PHP, regular expressions. Extract lines between tags.

Hello! My task is to get one table (from < table….. to < /table>) from a big html mess. This table differs from the mass of others in that it has the following entry in the opening tag:


Based on this, I compose the appropriate template:

'/<table .* class="table01" .*>[\S\s]*<\/table>/Uix'

And in the end I get zero. And at least like this, even like this:

$pregTable = '/<table .*? class="table01" .*?>[\S\s]*?<\/table>/ix';

Here is the code:

$file = file_get_contents('test.html');
$pregTable = '/<table .* class="table01" .*>[\S\s]*<\/table>/Uix';
$arrTable = array();
preg_match_all($pregTable, $file, $arrTable, PREG_SET_ORDER);

I tried a bunch of different options, I suffer all day, nothing comes out. I get either the text from the beginning of the desired table to the closing of the last one – if I don’t use ? or modifier U, or zero – if with them. What am I doing wrong here?

Answer 1, authority 100%

The easiest and most efficient way in this case is to parse the HTML using DOMand get table via XPath:

$text = <<< EOS
<table class="table01">
    <tr><th>First table</th></tr>
    <tr><td><table><tr><th>Inner <table><tr><th></th></tr></table> table</th></tr></table></td></tr>
    <tr><td><table><tr><th>Second inner table</th></tr></table></td></tr>
    <tr><td>Second outer table</th></tr>
$dom = new DOMDocument();
$xpath = new DOMXPath($dom);
$nodes = $xpath->evaluate('//table[@class="table01"]');

However, if you wish, you can solve this problem using a regular expression.

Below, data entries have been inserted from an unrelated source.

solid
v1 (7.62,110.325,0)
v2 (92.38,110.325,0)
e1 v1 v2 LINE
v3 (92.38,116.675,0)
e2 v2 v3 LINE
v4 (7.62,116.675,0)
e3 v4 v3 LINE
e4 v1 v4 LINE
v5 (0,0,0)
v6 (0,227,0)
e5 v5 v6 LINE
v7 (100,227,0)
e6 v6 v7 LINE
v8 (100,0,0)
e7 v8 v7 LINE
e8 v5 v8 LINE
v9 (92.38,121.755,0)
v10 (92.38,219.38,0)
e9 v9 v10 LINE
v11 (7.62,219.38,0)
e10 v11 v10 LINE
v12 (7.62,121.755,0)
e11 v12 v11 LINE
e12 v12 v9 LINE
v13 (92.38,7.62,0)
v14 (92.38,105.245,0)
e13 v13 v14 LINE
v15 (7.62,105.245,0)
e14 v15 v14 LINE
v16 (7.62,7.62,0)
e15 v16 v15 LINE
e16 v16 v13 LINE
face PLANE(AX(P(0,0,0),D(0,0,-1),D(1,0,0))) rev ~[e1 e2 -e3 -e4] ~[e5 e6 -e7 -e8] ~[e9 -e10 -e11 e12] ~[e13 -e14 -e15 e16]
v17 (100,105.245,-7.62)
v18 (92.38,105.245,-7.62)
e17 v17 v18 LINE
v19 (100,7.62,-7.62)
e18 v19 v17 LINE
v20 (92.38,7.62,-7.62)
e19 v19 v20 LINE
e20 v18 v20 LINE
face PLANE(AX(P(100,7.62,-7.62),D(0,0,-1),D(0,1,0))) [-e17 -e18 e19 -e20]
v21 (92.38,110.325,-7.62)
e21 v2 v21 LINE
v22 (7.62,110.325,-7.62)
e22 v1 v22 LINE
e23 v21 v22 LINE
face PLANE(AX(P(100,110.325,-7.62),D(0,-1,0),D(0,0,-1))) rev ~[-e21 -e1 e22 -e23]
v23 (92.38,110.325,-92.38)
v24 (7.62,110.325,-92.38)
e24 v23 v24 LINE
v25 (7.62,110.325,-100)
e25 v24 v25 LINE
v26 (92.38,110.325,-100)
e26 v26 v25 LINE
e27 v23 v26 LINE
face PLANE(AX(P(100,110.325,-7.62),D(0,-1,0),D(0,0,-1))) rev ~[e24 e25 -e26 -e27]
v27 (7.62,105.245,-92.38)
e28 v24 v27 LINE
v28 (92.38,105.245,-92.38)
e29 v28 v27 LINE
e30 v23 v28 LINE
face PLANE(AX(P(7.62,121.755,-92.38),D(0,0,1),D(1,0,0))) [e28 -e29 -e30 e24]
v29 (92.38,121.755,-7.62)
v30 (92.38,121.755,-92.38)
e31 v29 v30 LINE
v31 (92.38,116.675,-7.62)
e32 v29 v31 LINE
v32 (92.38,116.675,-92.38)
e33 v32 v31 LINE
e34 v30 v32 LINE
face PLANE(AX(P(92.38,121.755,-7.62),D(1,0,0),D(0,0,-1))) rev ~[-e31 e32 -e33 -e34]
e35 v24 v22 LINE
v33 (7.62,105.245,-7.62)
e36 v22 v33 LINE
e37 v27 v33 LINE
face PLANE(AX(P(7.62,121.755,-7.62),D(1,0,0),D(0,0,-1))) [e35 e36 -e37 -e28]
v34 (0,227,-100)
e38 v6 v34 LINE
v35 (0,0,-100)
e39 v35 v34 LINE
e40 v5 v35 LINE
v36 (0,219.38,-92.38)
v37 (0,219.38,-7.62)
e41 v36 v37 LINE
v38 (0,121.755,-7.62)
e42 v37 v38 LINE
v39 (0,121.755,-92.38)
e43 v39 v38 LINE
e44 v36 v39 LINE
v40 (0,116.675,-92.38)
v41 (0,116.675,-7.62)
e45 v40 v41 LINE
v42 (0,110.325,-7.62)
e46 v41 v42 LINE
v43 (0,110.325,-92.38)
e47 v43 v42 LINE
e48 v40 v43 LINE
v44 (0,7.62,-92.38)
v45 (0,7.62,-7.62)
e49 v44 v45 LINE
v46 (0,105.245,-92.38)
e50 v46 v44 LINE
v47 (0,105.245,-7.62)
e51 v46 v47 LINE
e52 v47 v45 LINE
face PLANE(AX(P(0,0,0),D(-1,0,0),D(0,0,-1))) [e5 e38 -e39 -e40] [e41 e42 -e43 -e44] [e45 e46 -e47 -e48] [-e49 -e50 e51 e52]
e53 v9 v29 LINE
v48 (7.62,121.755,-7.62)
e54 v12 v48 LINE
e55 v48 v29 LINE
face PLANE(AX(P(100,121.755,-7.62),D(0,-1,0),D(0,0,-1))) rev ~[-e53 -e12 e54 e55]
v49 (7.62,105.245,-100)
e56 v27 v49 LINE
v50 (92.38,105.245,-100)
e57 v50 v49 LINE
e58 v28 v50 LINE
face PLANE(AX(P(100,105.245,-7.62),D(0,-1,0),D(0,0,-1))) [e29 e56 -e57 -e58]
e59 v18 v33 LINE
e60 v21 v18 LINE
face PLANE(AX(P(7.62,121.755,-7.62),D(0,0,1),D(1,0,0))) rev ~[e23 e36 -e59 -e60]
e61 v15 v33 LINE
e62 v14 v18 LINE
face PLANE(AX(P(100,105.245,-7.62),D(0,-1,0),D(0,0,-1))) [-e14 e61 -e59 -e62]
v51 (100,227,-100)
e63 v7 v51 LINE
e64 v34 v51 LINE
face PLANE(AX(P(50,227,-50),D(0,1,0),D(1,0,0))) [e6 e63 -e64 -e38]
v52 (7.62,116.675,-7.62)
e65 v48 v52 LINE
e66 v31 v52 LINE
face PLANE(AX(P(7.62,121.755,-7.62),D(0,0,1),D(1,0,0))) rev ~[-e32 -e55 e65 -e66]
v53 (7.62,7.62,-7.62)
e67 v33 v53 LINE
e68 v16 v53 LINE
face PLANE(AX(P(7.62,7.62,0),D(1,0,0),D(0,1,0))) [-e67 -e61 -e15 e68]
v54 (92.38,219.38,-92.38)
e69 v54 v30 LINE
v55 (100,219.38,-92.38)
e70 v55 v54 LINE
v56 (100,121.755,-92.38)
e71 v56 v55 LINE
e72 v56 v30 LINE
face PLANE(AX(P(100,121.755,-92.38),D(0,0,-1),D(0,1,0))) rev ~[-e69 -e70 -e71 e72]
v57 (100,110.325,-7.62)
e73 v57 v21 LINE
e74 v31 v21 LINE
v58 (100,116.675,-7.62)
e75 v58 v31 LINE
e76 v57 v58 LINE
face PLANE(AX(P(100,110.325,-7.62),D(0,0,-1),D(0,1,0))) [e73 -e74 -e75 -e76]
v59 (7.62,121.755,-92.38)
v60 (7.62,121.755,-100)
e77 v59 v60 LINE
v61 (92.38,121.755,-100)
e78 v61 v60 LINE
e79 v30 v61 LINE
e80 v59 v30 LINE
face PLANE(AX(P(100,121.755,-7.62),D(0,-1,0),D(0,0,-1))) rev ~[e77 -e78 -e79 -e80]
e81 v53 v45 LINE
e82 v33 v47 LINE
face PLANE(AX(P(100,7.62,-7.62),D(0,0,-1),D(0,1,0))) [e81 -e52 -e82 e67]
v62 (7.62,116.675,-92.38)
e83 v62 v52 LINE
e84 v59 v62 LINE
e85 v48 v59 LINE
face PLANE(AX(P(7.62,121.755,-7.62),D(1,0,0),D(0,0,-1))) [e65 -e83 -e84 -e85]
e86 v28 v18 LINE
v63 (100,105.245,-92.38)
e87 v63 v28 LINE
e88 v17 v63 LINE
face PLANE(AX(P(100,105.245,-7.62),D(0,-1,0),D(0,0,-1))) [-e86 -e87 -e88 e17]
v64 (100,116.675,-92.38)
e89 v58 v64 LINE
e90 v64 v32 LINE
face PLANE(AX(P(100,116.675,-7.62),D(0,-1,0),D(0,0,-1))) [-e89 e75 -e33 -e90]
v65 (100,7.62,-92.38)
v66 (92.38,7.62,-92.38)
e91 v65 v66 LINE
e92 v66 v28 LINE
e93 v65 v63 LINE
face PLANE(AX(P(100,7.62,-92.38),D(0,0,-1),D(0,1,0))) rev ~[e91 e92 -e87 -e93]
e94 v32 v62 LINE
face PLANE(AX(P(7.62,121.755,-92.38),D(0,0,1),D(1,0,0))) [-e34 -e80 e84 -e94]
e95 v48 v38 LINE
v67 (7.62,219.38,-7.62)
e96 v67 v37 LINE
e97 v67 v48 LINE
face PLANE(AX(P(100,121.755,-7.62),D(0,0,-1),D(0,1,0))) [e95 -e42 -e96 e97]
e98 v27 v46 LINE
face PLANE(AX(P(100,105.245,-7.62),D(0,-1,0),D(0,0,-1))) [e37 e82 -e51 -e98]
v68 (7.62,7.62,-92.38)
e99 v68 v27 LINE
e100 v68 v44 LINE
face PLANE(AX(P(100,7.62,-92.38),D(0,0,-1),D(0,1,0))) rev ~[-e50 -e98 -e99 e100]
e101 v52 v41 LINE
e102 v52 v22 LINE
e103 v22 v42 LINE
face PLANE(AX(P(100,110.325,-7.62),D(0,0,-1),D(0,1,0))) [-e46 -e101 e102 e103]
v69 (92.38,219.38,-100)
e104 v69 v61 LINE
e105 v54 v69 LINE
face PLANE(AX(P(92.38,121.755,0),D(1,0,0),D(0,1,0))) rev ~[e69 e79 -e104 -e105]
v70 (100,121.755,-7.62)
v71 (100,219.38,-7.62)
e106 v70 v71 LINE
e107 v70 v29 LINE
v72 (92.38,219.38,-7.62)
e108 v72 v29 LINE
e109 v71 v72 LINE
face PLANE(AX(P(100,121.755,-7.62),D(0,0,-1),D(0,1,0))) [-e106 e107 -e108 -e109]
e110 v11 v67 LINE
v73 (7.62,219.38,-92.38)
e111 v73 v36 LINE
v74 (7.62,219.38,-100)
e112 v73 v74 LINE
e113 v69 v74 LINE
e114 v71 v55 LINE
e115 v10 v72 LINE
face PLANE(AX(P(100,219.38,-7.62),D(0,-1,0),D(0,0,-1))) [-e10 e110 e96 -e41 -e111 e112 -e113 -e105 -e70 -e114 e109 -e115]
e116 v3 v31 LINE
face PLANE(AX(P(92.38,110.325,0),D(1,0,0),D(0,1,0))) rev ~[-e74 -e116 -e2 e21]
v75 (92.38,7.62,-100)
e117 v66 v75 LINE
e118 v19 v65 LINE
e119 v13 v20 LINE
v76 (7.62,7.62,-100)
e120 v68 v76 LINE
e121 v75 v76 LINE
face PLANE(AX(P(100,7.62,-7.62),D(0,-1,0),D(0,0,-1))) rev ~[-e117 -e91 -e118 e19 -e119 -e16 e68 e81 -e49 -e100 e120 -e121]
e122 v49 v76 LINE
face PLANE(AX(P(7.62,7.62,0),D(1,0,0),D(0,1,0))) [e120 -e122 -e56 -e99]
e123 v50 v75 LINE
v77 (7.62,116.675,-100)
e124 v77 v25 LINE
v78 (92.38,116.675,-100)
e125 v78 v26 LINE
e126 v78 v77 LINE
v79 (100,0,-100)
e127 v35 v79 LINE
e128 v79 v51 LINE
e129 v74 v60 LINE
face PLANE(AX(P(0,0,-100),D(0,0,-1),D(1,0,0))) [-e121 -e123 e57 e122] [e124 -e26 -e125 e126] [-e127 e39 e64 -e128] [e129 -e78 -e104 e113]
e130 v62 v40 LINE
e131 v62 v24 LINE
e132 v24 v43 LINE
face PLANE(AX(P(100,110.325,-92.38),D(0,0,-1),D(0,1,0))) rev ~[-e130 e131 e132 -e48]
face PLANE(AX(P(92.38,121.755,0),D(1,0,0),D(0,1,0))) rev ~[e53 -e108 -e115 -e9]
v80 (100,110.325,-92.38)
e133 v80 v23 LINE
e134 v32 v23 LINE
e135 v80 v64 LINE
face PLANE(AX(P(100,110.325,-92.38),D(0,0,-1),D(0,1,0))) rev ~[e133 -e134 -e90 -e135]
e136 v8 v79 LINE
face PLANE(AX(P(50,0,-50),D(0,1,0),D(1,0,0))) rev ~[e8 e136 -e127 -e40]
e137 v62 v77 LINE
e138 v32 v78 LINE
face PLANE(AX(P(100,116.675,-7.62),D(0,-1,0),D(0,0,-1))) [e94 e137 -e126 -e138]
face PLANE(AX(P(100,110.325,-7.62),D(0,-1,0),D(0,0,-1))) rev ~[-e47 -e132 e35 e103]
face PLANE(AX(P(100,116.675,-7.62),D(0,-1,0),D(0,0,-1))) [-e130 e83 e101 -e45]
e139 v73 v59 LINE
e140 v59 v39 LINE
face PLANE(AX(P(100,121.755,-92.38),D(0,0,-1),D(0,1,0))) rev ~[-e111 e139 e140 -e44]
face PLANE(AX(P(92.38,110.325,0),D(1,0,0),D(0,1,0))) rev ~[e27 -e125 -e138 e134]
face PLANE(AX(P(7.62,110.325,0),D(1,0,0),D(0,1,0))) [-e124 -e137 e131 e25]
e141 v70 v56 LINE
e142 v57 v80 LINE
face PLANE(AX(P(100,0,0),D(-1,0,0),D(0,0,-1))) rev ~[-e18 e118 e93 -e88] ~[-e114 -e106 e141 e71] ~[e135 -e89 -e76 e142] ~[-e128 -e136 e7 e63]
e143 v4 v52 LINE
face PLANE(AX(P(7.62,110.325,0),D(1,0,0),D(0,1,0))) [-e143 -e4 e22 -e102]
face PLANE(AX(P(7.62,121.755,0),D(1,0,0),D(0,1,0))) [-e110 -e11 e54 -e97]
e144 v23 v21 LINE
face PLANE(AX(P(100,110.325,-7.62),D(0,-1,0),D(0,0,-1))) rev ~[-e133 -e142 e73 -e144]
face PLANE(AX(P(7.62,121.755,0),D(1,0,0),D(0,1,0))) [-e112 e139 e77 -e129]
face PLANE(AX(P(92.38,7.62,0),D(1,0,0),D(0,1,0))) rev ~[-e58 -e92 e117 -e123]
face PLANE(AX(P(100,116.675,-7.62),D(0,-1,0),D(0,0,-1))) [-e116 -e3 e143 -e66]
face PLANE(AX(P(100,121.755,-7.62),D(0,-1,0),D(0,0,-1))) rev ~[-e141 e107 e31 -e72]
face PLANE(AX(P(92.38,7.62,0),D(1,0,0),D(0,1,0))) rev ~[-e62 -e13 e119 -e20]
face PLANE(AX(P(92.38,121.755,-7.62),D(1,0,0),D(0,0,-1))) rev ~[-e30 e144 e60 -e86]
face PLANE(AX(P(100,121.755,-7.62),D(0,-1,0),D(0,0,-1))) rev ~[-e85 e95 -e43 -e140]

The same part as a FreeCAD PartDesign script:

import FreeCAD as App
import Part
import Sketcher
from FreeCAD import Vector
Q = App.Units.Quantity

doc = App.newDocument("Part")
body = doc.addObject("PartDesign::Body", "Body")

sketch1 = doc.addObject("Sketcher::SketchObject", "Sketch")
body.addObject(sketch1)
sketch1.AttachmentSupport = (doc.XZ_Plane, [""])
sketch1.MapMode = "FlatFace"
sketch1.addGeometry([
    Part.LineSegment(Vector(0, -100, 0), Vector(0, 0, 0)),
    Part.LineSegment(Vector(0, 0, 0), Vector(100, 0, 0)),
    Part.LineSegment(Vector(100, 0, 0), Vector(100, -100, 0)),
    Part.LineSegment(Vector(100, -100, 0), Vector(0, -100, 0)),
], False)
sketch1.addConstraint([
    Sketcher.Constraint("Coincident", 0, 2, 1, 1),
    Sketcher.Constraint("Coincident", 1, 2, 2, 1),
    Sketcher.Constraint("Coincident", 2, 2, 3, 1),
    Sketcher.Constraint("Coincident", 3, 2, 0, 1),
    Sketcher.Constraint("Vertical", 0),
    Sketcher.Constraint("Horizontal", 1),
    Sketcher.Constraint("Vertical", 2),
    Sketcher.Constraint("Horizontal", 3),
    Sketcher.Constraint("Coincident", 0, 2, -1, 1),
    Sketcher.Constraint("Equal", 3, 0),
    Sketcher.Constraint("DistanceX", 1, 1, 1, 2, Q("100 mm")),
])
pad1 = doc.addObject("PartDesign::Pad", "Pad")
body.addObject(pad1)
pad1.Profile = sketch1
pad1.Length = 227
pad1.Reversed = True

sketch2 = doc.addObject("Sketcher::SketchObject", "Sketch001")
body.addObject(sketch2)
sketch2.AttachmentSupport = (doc.YZ_Plane, [""])
sketch2.MapMode = "FlatFace"
sketch2.AttachmentOffset = App.Placement(Vector(0, 0, 100), App.Rotation())
sketch2.addGeometry([
    Part.LineSegment(Vector(105.245, -7.62, 0), Vector(7.62, -7.62, 0)),
    Part.LineSegment(Vector(7.62, -7.62, 0), Vector(7.62, -92.38, 0)),
    Part.LineSegment(Vector(7.62, -92.38, 0), Vector(105.245, -92.38, 0)),
    Part.LineSegment(Vector(105.245, -92.38, 0), Vector(105.245, -7.62, 0)),
    Part.LineSegment(Vector(116.675, -7.62, 0), Vector(110.325, -7.62, 0)),
    Part.LineSegment(Vector(110.325, -7.62, 0), Vector(110.325, -92.38, 0)),
    Part.LineSegment(Vector(110.325, -92.38, 0), Vector(116.675, -92.38, 0)),
    Part.LineSegment(Vector(116.675, -92.38, 0), Vector(116.675, -7.62, 0)),
    Part.LineSegment(Vector(219.38, -7.62, 0), Vector(121.755, -7.62, 0)),
    Part.LineSegment(Vector(121.755, -7.62, 0), Vector(121.755, -92.38, 0)),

The problem with nested tables in this case is solved using recursive expressions:

$class = 'table01';
//  ,      <table>
$any = "(?: [^<] | <(?!/?table\b) )";
//     <table>,      $any,
//     #2 ( #1 -  , . )
$inner = "(<table[^>]*> (?> $any | (?2) )+? </table>)";
//  ,   $inner,       <table>
//  's'     , ..    - '.'
//   'U'  ,     ascii 
$pattern = "~<table\b[^>]*\bclass=(\"|')?$class\\1[^>]*> (?> $any | $inner )+ </table>~xi";
preg_match($pattern, $text, $m);

Answer 2, authority 30%

How would you explain…
there are two options:


preg_match('~<table.*?>(.*?)</table>~is', $content, $m );

and second:

preg_match('~<table.*?>(.*)</table>~is', $content, $m );

The difference is only in “?”

The first one will not work if there is another, nested table inside the table.

And the second option will not work when there are 2 tables in parallel on the page.